Work instructions
Exactly as they appear, copy the lines from the start of the entries below to the line containing "e3 v3 v4 CIRCLE(AX(P(12.809919,0,9),D(0,-1,0),D(0,0,-1)),1.6)", both ends included.

Provided information
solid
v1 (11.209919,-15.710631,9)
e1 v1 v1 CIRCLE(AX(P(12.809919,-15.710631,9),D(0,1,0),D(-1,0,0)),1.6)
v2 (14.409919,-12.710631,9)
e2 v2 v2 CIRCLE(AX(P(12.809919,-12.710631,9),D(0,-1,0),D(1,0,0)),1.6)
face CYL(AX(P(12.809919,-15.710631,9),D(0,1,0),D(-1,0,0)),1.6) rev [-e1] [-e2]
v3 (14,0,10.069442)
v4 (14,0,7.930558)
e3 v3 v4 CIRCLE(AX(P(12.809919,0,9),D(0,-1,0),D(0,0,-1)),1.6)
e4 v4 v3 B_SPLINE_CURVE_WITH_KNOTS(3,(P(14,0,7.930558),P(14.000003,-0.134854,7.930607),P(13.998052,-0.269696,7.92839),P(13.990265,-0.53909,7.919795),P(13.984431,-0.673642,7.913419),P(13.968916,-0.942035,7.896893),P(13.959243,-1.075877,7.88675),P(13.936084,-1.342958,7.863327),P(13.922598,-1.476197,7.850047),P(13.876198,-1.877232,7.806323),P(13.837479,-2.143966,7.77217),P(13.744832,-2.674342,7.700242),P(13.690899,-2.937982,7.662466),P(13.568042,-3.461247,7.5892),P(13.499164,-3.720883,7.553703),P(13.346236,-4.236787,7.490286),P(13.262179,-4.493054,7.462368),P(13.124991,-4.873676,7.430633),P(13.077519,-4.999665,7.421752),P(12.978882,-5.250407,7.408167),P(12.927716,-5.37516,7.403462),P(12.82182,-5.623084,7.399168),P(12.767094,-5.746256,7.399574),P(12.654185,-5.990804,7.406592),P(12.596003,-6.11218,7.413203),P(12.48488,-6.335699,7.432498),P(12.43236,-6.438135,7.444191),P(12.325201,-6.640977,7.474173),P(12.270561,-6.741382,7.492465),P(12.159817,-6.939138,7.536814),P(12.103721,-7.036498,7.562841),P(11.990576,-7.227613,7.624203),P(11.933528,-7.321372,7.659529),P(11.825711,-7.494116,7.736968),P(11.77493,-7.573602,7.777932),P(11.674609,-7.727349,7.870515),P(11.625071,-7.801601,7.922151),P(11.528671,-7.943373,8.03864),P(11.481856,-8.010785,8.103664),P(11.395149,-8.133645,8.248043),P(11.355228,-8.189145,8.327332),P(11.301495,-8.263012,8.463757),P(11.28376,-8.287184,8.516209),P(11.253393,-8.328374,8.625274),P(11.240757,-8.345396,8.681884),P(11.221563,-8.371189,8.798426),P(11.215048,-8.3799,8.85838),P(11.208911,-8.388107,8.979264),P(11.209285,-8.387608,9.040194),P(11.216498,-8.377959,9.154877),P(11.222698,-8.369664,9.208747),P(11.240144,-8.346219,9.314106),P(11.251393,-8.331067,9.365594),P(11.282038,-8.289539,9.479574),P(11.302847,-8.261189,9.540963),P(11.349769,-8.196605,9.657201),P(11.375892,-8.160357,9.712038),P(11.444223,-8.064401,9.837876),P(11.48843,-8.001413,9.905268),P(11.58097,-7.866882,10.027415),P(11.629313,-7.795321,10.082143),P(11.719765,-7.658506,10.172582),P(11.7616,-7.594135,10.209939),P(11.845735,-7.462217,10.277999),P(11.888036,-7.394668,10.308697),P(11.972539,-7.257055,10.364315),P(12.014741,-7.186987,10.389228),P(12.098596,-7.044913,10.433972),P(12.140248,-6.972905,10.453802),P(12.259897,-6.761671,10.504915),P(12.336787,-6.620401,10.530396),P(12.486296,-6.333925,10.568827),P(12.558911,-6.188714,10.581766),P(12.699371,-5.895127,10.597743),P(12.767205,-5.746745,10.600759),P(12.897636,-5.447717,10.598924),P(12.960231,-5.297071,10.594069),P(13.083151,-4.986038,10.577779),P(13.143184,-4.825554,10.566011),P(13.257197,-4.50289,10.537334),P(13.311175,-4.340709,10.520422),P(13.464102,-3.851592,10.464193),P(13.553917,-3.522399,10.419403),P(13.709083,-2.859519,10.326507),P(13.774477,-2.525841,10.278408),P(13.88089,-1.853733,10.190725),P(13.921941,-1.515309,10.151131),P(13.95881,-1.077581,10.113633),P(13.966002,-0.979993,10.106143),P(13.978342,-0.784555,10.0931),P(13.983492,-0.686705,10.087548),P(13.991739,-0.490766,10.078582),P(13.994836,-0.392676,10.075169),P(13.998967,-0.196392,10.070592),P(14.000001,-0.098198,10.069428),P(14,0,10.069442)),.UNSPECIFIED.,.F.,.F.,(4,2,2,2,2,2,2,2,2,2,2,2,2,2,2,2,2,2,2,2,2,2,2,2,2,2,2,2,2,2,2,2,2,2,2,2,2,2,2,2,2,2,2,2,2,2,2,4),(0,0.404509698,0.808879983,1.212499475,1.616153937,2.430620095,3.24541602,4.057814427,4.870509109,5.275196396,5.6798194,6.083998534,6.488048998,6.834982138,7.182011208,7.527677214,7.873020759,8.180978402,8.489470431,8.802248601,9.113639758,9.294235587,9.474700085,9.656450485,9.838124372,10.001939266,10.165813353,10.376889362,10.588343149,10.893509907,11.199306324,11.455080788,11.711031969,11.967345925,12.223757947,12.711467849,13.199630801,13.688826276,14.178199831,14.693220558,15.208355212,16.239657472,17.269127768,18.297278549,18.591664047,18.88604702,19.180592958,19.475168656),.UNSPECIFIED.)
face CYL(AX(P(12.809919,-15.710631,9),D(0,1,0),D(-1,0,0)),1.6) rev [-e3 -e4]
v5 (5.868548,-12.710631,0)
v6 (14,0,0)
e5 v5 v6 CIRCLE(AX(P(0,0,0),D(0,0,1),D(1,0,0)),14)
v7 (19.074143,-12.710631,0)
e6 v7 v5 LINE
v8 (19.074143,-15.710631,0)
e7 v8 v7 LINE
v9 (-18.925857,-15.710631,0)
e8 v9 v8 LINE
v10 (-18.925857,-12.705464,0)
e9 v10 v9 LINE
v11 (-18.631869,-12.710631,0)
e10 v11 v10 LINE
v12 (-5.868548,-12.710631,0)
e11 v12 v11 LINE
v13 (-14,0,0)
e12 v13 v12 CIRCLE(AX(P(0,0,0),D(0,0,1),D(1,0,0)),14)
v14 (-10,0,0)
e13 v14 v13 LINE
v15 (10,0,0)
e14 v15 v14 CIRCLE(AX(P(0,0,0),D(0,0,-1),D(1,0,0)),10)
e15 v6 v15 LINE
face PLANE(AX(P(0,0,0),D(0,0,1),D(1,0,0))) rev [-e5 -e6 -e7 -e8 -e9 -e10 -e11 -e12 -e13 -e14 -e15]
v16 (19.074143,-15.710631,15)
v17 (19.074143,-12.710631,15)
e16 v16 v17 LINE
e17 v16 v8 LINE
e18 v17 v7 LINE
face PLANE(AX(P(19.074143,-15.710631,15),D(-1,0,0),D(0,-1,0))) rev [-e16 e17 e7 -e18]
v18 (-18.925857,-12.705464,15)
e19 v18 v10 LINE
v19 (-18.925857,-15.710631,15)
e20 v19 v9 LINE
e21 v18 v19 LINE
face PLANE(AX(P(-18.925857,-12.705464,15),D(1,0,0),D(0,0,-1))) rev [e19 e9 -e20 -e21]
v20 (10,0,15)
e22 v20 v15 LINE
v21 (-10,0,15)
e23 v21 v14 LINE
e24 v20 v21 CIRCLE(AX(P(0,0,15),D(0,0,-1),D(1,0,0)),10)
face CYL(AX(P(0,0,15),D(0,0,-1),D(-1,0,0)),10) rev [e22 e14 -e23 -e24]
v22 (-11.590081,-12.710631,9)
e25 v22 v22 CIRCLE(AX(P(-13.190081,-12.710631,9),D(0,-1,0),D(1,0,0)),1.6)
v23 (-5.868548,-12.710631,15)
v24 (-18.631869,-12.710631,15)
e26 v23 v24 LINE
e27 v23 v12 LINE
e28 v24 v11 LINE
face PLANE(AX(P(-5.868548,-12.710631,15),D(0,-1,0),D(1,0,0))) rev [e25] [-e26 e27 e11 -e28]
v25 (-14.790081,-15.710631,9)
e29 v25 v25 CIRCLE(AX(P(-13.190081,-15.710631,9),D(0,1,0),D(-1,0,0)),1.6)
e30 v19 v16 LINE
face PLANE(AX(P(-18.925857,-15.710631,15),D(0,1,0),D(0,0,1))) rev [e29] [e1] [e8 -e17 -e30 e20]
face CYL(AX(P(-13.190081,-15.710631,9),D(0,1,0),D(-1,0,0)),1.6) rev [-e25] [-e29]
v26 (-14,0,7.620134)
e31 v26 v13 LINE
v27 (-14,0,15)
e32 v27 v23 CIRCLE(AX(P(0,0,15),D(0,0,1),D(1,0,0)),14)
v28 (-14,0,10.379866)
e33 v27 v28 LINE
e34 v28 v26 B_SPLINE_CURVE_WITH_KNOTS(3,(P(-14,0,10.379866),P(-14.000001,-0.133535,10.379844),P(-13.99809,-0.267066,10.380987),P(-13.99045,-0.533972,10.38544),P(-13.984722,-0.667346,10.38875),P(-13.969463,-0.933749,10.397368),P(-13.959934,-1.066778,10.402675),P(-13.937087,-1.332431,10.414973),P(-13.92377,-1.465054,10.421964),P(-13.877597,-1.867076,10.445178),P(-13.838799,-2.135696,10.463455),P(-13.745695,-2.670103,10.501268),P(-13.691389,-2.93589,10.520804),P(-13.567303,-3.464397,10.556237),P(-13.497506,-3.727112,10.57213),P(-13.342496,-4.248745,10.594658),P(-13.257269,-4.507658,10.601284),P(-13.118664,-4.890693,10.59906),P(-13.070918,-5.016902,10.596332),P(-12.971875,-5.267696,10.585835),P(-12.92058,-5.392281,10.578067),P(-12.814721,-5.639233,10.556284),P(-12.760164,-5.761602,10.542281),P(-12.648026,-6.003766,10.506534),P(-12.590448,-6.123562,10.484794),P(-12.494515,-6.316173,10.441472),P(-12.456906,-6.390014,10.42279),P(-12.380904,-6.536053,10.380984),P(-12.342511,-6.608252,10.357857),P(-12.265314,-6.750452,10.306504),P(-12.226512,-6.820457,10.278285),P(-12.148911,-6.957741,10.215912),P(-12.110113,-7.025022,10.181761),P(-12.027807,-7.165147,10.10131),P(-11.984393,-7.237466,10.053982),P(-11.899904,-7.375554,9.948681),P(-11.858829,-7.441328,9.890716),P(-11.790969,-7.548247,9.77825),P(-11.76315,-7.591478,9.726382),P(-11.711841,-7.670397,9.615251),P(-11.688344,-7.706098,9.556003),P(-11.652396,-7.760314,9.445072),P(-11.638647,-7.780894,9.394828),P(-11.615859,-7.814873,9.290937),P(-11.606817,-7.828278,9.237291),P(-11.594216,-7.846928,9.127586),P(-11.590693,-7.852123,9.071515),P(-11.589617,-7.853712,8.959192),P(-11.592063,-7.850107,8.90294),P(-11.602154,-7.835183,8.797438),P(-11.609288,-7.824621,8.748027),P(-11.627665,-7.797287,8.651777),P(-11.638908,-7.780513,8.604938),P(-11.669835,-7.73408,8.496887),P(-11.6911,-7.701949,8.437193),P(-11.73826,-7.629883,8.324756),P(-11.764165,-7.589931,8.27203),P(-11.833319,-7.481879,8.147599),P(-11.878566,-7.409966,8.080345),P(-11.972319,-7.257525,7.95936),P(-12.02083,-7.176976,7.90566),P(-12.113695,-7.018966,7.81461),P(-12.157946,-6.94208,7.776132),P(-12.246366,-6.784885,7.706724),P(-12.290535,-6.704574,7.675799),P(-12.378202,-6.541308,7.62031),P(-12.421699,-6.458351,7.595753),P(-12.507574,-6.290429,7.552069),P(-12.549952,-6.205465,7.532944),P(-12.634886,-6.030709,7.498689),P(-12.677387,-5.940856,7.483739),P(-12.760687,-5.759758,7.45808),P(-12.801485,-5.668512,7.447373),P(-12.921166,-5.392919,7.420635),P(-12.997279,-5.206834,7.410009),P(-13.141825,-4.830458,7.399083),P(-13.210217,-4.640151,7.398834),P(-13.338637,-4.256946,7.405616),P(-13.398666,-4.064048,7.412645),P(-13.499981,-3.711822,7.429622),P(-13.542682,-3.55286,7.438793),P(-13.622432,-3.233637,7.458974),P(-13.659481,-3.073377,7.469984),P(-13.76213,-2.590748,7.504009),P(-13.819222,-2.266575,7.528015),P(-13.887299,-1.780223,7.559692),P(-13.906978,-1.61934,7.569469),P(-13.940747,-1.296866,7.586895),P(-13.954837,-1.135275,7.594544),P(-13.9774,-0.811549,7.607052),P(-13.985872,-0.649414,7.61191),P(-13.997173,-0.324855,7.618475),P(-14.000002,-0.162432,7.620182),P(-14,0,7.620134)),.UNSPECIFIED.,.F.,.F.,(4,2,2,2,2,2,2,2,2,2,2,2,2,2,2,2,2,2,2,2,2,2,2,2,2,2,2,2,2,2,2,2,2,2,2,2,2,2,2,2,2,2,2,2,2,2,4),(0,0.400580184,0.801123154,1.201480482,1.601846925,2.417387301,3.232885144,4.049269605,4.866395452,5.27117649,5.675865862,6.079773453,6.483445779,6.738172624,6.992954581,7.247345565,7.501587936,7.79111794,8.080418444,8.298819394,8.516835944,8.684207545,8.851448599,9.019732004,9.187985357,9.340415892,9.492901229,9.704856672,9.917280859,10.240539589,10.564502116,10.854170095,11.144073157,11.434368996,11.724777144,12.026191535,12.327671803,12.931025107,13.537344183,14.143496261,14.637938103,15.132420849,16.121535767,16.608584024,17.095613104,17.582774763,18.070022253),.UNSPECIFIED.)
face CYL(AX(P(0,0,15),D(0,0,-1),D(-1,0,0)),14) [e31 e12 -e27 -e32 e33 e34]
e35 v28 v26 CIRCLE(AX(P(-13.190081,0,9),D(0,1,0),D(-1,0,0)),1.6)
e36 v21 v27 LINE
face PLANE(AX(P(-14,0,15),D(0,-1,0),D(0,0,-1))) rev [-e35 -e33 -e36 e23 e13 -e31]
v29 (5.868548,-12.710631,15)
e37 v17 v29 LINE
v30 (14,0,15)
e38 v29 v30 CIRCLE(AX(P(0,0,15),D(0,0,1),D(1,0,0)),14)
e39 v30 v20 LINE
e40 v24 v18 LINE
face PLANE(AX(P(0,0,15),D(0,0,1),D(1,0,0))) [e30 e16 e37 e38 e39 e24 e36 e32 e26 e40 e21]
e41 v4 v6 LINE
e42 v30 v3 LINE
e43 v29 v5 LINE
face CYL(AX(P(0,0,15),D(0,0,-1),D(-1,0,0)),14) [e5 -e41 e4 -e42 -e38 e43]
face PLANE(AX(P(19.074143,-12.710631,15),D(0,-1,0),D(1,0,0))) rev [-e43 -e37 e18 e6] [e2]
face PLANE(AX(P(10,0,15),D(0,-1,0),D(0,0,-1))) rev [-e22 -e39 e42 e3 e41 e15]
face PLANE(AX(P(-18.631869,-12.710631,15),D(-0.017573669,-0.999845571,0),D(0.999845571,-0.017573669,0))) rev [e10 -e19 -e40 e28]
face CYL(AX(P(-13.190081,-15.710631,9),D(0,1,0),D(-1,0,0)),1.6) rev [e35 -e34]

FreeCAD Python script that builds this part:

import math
import FreeCAD as App
import Part
import Sketcher
from FreeCAD import Vector

doc = App.newDocument("Part")
body = doc.addObject("PartDesign::Body", "Body")

# Sketch on XY plane
sketch1 = body.newObject("Sketcher::SketchObject", "Sketch")
sketch1.AttachmentSupport = (doc.getObject("XY_Plane"), [""])
sketch1.MapMode = "FlatFace"
sketch1.addGeometry(Part.LineSegment(Vector(-18.63, -12.71, 0), Vector(-18.93, -12.71, 0)), False)
sketch1.addGeometry(Part.LineSegment(Vector(-18.93, -12.71, 0), Vector(-18.93, -15.71, 0)), False)
sketch1.addGeometry(Part.LineSegment(Vector(-18.93, -15.71, 0), Vector(19.07, -15.71, 0)), False)
sketch1.addGeometry(Part.LineSegment(Vector(19.07, -15.71, 0), Vector(19.07, -12.71, 0)), False)
sketch1.addGeometry(Part.LineSegment(Vector(19.07, -12.71, 0), Vector(5.87, -12.71, 0)), False)
sketch1.addGeometry(Part.ArcOfCircle(Part.Circle(Vector(0, 0, 0), Vector(0, 0, 1), 14), math.radians(-65), math.radians(0)), False)
sketch1.addGeometry(Part.LineSegment(Vector(14, 0, 0), Vector(10, 0, 0)), False)
sketch1.addGeometry(Part.ArcOfCircle(Part.Circle(Vector(0, 0, 0), Vector(0, 0, 1), 10), math.radians(180), math.radians(360)), False)
sketch1.addGeometry(Part.LineSegment(Vector(-10, 0, 0), Vector(-14, 0, 0)), False)
sketch1.addGeometry(Part.ArcOfCircle(Part.Circle(Vector(0, 0, 0), Vector(0, 0, 1), 14), math.radians(180), math.radians(245)), False)
sketch1.addGeometry(Part.LineSegment(Vector(-5.87, -12.71, 0), Vector(-18.63, -12.71, 0)), False)
sketch1.addConstraint(Sketcher.Constraint("Coincident", 0, 2, 1, 1))
sketch1.addConstraint(Sketcher.Constraint("Coincident", 1, 2, 2, 1))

Written answer
solid
v1 (11.209919,-15.710631,9)
e1 v1 v1 CIRCLE(AX(P(12.809919,-15.710631,9),D(0,1,0),D(-1,0,0)),1.6)
v2 (14.409919,-12.710631,9)
e2 v2 v2 CIRCLE(AX(P(12.809919,-12.710631,9),D(0,-1,0),D(1,0,0)),1.6)
face CYL(AX(P(12.809919,-15.710631,9),D(0,1,0),D(-1,0,0)),1.6) rev [-e1] [-e2]
v3 (14,0,10.069442)
v4 (14,0,7.930558)
e3 v3 v4 CIRCLE(AX(P(12.809919,0,9),D(0,-1,0),D(0,0,-1)),1.6)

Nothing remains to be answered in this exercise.